Alon Contractor Sues

James Packer’s Las Vegas Strip megaresort Alon (l.) may be dead, but it’s left behind a raft of unpaid bills that are very much alive. Or so one of its lead contractors, YWS Design & Architecture, is alleging in a federal lawsuit.

One of the lead contractors on James Packer’s Alon is suing developers of the aborted Las Vegas Strip super-resort for breach of contract, copyright infringement and deceptive trade practices, among other claims.

The action, filed by YWS Design & Architecture in U.S. District Court in Las Vegas, names various landowners and holding companies as defendants. They include an entity controlled by the Elardi family, which owned the demolished New Frontier casino hotel that Alon was intended to replace. The company, Tishmar, had leased a portion of the 34-acre site to the Packer consortium, which included the Australian billionaire’s Crown Resorts, investment giant Oaktree Capital Management and former Wynn Las Vegas President Andrew Pascal.

The suit does not name Crown or Oaktree or any executives individually, but Pascal, who has said he is still “actively pursuing” the project, issued a statement blasting the allegations as “baseless” and saying his group would be filing a counter-claim against YWS.

YWS and their attorneys at the firm of Greenberg Traurig did not respond to requests for comment, local news reports said.

The New Frontier was torn down to make way for a luxury megaresort called Plaza Las Vegas that was abandoned when the 2008-09 recession hit.

Packer’s group acquired the property through foreclosure in 2014 and hired YWS the following year.

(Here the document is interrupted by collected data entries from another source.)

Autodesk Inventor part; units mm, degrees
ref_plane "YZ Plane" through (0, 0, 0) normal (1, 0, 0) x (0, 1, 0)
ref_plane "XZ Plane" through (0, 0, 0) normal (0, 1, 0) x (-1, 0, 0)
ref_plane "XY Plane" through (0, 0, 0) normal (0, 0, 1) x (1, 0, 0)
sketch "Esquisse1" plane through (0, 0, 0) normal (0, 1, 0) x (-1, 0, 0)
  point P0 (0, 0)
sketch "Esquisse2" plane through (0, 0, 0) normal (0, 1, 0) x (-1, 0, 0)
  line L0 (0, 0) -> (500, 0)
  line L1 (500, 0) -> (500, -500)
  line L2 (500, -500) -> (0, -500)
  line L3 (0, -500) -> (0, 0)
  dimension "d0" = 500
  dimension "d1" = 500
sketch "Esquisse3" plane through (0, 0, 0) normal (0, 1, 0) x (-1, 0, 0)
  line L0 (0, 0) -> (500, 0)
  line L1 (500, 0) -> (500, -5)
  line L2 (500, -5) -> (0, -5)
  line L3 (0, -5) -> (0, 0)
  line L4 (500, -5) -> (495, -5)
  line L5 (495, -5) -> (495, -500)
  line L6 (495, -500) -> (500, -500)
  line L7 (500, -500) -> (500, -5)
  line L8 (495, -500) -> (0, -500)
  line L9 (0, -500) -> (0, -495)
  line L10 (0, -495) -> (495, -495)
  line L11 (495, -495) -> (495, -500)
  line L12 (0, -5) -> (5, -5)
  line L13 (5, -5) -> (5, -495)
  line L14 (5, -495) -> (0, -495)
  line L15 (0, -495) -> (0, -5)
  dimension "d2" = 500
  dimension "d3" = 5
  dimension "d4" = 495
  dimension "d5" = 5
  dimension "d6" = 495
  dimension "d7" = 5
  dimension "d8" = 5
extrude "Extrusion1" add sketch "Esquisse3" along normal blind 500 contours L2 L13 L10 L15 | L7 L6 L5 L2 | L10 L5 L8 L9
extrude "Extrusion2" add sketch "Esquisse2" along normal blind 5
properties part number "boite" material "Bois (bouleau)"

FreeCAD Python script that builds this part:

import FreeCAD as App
import Part
import Sketcher

V = App.Vector


def add_polygon(sketch, points):
    """Adds a closed chain of lines whose ends are joined by coincident constraints."""
    first, n = sketch.GeometryCount, len(points)
    for a, b in zip(points, points[1:] + points[:1]):
        sketch.addGeometry(Part.LineSegment(App.Vector(*a, 0), App.Vector(*b, 0)), False)
    for i in range(n):
        sketch.addConstraint(Sketcher.Constraint("Coincident", first + i, 2, first + (i + 1) % n, 1))

doc = App.newDocument("Part")
params = doc.addObject("Spreadsheet::Sheet", "Params")
for row, (alias, value) in enumerate([
    ("sketch1_width", "5 mm"),
    ("sketch1_width2", "500 mm"),
    ("sketch1_height", "495 mm"),
    ("pad1_length", "500 mm"),
    ("sketch2_width", "500 mm"),
    ("pad2_length", "5 mm"),
], start=1):
    params.set(f"A{row}", alias)
    params.set(f"B{row}", "=" + value)
    params.setAlias(f"B{row}", alias)

body = doc.addObject("PartDesign::Body", "Body")

# Sketch on XZ plane
sketch1 = body.newObject("Sketcher::SketchObject", "Sketch")
sketch1.AttachmentSupport = (doc.getObject("XZ_Plane"), [""])
sketch1.MapMode = "FlatFace"
add_polygon(sketch1, [(-5, -5), (0, -5), (0, -500), (-500, -500), (-500, -5), (-495, -5), (-495, -495), (-5, -495)])  # lines 0-7
sketch1.addConstraint([
    Sketcher.Constraint("Horizontal", 0),
    Sketcher.Constraint("Vertical", 1),
    Sketcher.Constraint("Horizontal", 2),
    Sketcher.Constraint("Vertical", 3),
    Sketcher.Constraint("Horizontal", 4),
    Sketcher.Constraint("Vertical", 5),
    Sketcher.Constraint("Horizontal", 6),
    Sketcher.Constraint("Vertical", 7),
    Sketcher.Constraint("PointOnObject", 0, 2, -2),
    Sketcher.Constraint("Horizontal", 0, 2, 3, 2),
    Sketcher.Constraint("Equal", 0, 4),
    Sketcher.Constraint("Equal", 6, 5),
    Sketcher.Constraint("DistanceX", 0, 1, 0, 2, 5.0),
    Sketcher.Constraint("DistanceX", 2, 2, 2, 1, 500.0),
    Sketcher.Constraint("DistanceY", 1, 2, 1, 1, 495.0),
    Sketcher.Constraint("DistanceY", 0, 2, -1, 1, 5.0),
])
sketch1.setExpression("Constraints[20]", "Params.sketch1_width")
sketch1.setExpression("Constraints[21]", "Params.sketch1_width2")
sketch1.setExpression("Constraints[22]", "Params.sketch1_height")
pad1 = body.newObject("PartDesign::Pad", "Pad")
pad1.Profile = sketch1
pad1.setExpression("Length", "Params.pad1_length")
pad1.Reversed = True

# Sketch on XZ plane
sketch2 = body.newObject("Sketcher::SketchObject", "Sketch001")
sketch2.AttachmentSupport = (doc.getObject("XZ_Plane"), [""])
sketch2.MapMode = "FlatFace"
add_polygon(sketch2, [(-500, 0), (0, 0), (0, -500), (-500, -500)])  # lines 0-3
sketch2.addConstraint([
    Sketcher.Constraint("Horizontal", 0),
    Sketcher.Constraint("Vertical", 1),
    Sketcher.Constraint("Horizontal", 2),
    Sketcher.Constraint("Vertical", 3),
    Sketcher.Constraint("Coincident", 0, 2, -1, 1),
    Sketcher.Constraint("Equal", 2, 1),
    Sketcher.Constraint("DistanceX", 0, 1, 0, 2, 500.0),
])
sketch2.setExpression("Constraints[10]", "Params.sketch2_width")
pad2 = body.newObject("PartDesign::Pad", "Pad001")
pad2.Profile = sketch2
pad2.setExpression("Length", "Params.pad2_length")
pad2.Reversed = True

doc.recompute()
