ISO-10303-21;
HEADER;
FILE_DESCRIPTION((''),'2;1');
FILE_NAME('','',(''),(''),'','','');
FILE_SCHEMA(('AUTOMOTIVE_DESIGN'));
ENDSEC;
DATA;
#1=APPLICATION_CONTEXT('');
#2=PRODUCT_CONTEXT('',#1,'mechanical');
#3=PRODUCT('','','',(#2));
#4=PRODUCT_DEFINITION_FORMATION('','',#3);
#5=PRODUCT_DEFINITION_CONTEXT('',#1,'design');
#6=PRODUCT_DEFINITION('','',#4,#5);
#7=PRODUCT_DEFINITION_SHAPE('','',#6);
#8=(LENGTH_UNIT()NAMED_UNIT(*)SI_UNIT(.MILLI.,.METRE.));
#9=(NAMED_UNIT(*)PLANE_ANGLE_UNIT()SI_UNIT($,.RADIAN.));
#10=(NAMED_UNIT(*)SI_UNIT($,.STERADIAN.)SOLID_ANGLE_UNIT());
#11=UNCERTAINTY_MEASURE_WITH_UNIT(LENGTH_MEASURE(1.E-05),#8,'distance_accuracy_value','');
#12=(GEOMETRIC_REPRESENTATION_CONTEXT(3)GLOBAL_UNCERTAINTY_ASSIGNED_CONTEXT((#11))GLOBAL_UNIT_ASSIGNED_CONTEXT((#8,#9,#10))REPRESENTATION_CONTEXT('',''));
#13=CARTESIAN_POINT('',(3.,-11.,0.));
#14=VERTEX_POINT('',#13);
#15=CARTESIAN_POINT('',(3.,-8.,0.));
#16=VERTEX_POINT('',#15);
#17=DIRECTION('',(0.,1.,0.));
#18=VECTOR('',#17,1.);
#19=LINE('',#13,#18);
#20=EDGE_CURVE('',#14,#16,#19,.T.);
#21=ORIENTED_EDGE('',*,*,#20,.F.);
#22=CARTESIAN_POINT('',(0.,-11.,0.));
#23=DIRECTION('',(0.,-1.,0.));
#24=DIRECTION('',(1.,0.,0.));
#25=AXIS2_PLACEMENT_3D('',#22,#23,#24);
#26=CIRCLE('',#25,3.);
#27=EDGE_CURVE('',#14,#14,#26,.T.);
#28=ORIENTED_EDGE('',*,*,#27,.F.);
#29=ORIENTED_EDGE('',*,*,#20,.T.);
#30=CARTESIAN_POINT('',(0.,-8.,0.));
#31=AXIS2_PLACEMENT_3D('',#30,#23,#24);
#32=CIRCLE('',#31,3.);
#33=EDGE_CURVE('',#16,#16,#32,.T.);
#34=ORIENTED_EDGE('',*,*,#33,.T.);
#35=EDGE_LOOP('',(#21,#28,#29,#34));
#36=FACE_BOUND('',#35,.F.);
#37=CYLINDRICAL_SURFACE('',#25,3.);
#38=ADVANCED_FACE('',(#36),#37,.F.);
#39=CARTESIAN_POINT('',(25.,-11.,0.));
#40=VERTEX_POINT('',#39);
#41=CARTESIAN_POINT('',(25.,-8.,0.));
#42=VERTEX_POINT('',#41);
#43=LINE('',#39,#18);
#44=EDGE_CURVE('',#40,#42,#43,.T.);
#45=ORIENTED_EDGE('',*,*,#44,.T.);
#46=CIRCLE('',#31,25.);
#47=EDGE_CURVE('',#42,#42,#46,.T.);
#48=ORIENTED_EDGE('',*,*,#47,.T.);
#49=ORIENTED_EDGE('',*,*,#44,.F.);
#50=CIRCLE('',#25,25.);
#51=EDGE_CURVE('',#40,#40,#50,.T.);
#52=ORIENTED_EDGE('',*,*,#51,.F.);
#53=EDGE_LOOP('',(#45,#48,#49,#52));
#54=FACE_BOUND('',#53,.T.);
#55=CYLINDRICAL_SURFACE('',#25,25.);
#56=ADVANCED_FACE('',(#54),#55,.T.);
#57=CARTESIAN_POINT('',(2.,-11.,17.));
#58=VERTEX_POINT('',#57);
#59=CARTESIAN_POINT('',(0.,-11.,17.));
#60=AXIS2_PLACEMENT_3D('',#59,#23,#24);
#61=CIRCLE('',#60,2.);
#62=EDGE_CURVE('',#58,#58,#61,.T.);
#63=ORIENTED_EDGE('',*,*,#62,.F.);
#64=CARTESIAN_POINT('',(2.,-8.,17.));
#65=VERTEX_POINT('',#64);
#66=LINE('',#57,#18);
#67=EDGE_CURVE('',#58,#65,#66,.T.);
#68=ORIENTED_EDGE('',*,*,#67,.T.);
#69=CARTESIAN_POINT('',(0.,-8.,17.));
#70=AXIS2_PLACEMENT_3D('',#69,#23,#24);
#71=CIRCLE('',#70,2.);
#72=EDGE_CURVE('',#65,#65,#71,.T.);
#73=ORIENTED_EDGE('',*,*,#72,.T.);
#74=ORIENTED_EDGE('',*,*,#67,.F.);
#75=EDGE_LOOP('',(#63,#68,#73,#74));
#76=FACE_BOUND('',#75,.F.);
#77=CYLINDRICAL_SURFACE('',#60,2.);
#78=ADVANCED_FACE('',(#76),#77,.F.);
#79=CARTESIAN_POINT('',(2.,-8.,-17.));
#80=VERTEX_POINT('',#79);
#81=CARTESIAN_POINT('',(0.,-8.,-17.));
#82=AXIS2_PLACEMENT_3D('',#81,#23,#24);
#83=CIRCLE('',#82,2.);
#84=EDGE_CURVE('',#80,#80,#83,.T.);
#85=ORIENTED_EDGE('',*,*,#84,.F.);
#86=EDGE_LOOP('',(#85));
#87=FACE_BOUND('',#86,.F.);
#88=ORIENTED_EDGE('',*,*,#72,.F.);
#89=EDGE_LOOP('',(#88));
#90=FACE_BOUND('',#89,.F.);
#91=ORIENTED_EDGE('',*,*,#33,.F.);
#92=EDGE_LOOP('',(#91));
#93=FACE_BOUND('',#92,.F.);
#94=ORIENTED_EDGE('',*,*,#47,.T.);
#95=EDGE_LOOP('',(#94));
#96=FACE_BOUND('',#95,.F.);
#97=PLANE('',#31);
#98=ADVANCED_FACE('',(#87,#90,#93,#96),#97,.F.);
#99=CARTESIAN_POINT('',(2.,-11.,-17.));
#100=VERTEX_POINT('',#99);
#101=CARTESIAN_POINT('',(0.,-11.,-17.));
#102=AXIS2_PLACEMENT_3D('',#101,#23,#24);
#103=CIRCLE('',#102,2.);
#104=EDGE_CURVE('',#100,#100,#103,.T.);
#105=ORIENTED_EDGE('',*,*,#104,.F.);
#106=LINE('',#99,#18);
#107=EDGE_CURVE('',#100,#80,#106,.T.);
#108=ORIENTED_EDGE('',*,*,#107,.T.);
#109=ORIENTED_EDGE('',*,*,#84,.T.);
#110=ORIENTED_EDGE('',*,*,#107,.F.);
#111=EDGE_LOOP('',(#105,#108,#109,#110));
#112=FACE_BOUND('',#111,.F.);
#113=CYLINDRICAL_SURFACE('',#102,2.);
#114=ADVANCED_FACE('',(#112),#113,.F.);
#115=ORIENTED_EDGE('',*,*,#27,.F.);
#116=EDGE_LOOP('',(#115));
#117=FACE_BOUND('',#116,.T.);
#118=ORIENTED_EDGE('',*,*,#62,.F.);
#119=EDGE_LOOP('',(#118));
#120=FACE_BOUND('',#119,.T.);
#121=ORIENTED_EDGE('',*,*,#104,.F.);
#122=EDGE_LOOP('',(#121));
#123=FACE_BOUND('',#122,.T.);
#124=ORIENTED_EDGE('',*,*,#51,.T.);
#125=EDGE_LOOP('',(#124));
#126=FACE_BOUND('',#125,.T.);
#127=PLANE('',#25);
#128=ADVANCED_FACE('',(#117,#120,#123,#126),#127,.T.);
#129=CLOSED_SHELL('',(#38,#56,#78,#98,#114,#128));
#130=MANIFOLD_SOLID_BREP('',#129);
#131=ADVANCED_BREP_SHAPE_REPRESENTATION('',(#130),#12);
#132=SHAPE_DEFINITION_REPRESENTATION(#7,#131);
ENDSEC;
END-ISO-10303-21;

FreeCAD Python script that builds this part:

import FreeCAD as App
import Part
import Sketcher

doc = App.newDocument("Part")
body = doc.addObject("PartDesign::Body", "Body")

sketch1 = body.newObject("Sketcher::SketchObject", "Sketch")
sketch1.AttachmentSupport = (doc.getObject("XY_Plane"), [""])
sketch1.MapMode = "FlatFace"
sketch1.addGeometry([
    Part.Circle(App.Vector(0, 0, 0), App.Vector(0, 0, 1), 25),
    Part.Circle(App.Vector(0, -17, 0), App.Vector(0, 0, 1), 2),
    Part.Circle(App.Vector(0, 0, 0), App.Vector(0, 0, 1), 3),
    Part.Circle(App.Vector(0, 17, 0), App.Vector(0, 0, 1), 2),
], False)
sketch1.addConstraint([
    Sketcher.Constraint("Coincident", 0, 3, -1, 1),
    Sketcher.Constraint("Coincident", 2, 3, -1, 1),
    Sketcher.Constraint("Equal", 1, 3),
    Sketcher.Constraint("Symmetric", 1, 3, 3, 3, -1, 1),
    Sketcher.Constraint("PointOnObject", 1, 3, -2),
    Sketcher.Constraint("Diameter", 0, 50.0),
    Sketcher.Constraint("Diameter", 1, 4.0),
    Sketcher.Constraint("Diameter", 2, 6.0),
    Sketcher.Constraint("DistanceY", 1, 3, -1, 1, 17.0),
])
pad1 = body.newObject("PartDesign::Pad", "Pad")
pad1.Profile = sketch1
pad1.Length = 3
pad1.Reversed = True
body2 = doc.addObject("PartDesign::Body", "Body001")
doc.recompute()

body.Placement = App.Placement(App.Vector(0, 0, 0), App.Rotation(App.Vector(1, 0, 0), 90))
boolean = body2.newObject("PartDesign::Boolean", "Boolean")
boolean.Type = "Fuse"
boolean.addObjects([body])
body3 = doc.addObject("PartDesign::Body", "Body002")
doc.recompute()

body2.Placement = App.Placement(App.Vector(0, -11, 0), App.Rotation(App.Vector(0, 0, 1), 0))
boolean2 = body3.newObject("PartDesign::Boolean", "Boolean001")
boolean2.Type = "Fuse"
boolean2.addObjects([body2])

doc.recompute()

Plans were to break ground on Alon in late 2015. But Crown, the project’s principal backer, reportedly had trouble raising funds. By early 2016, the developers began to fall behind on their payments to YWS, the lawsuit claims, and temporarily suspended design work in mid-2016. Shortly after, they terminated the contract with the firm and “demanded payment” of nearly $500,000 from YWS, the suit alleges.

YWS filed a $3.4 million lien against the property last September then lifted it so the two sides could enter mediation. However, they failed to resolve the dispute, and last November YWS refiled its lien.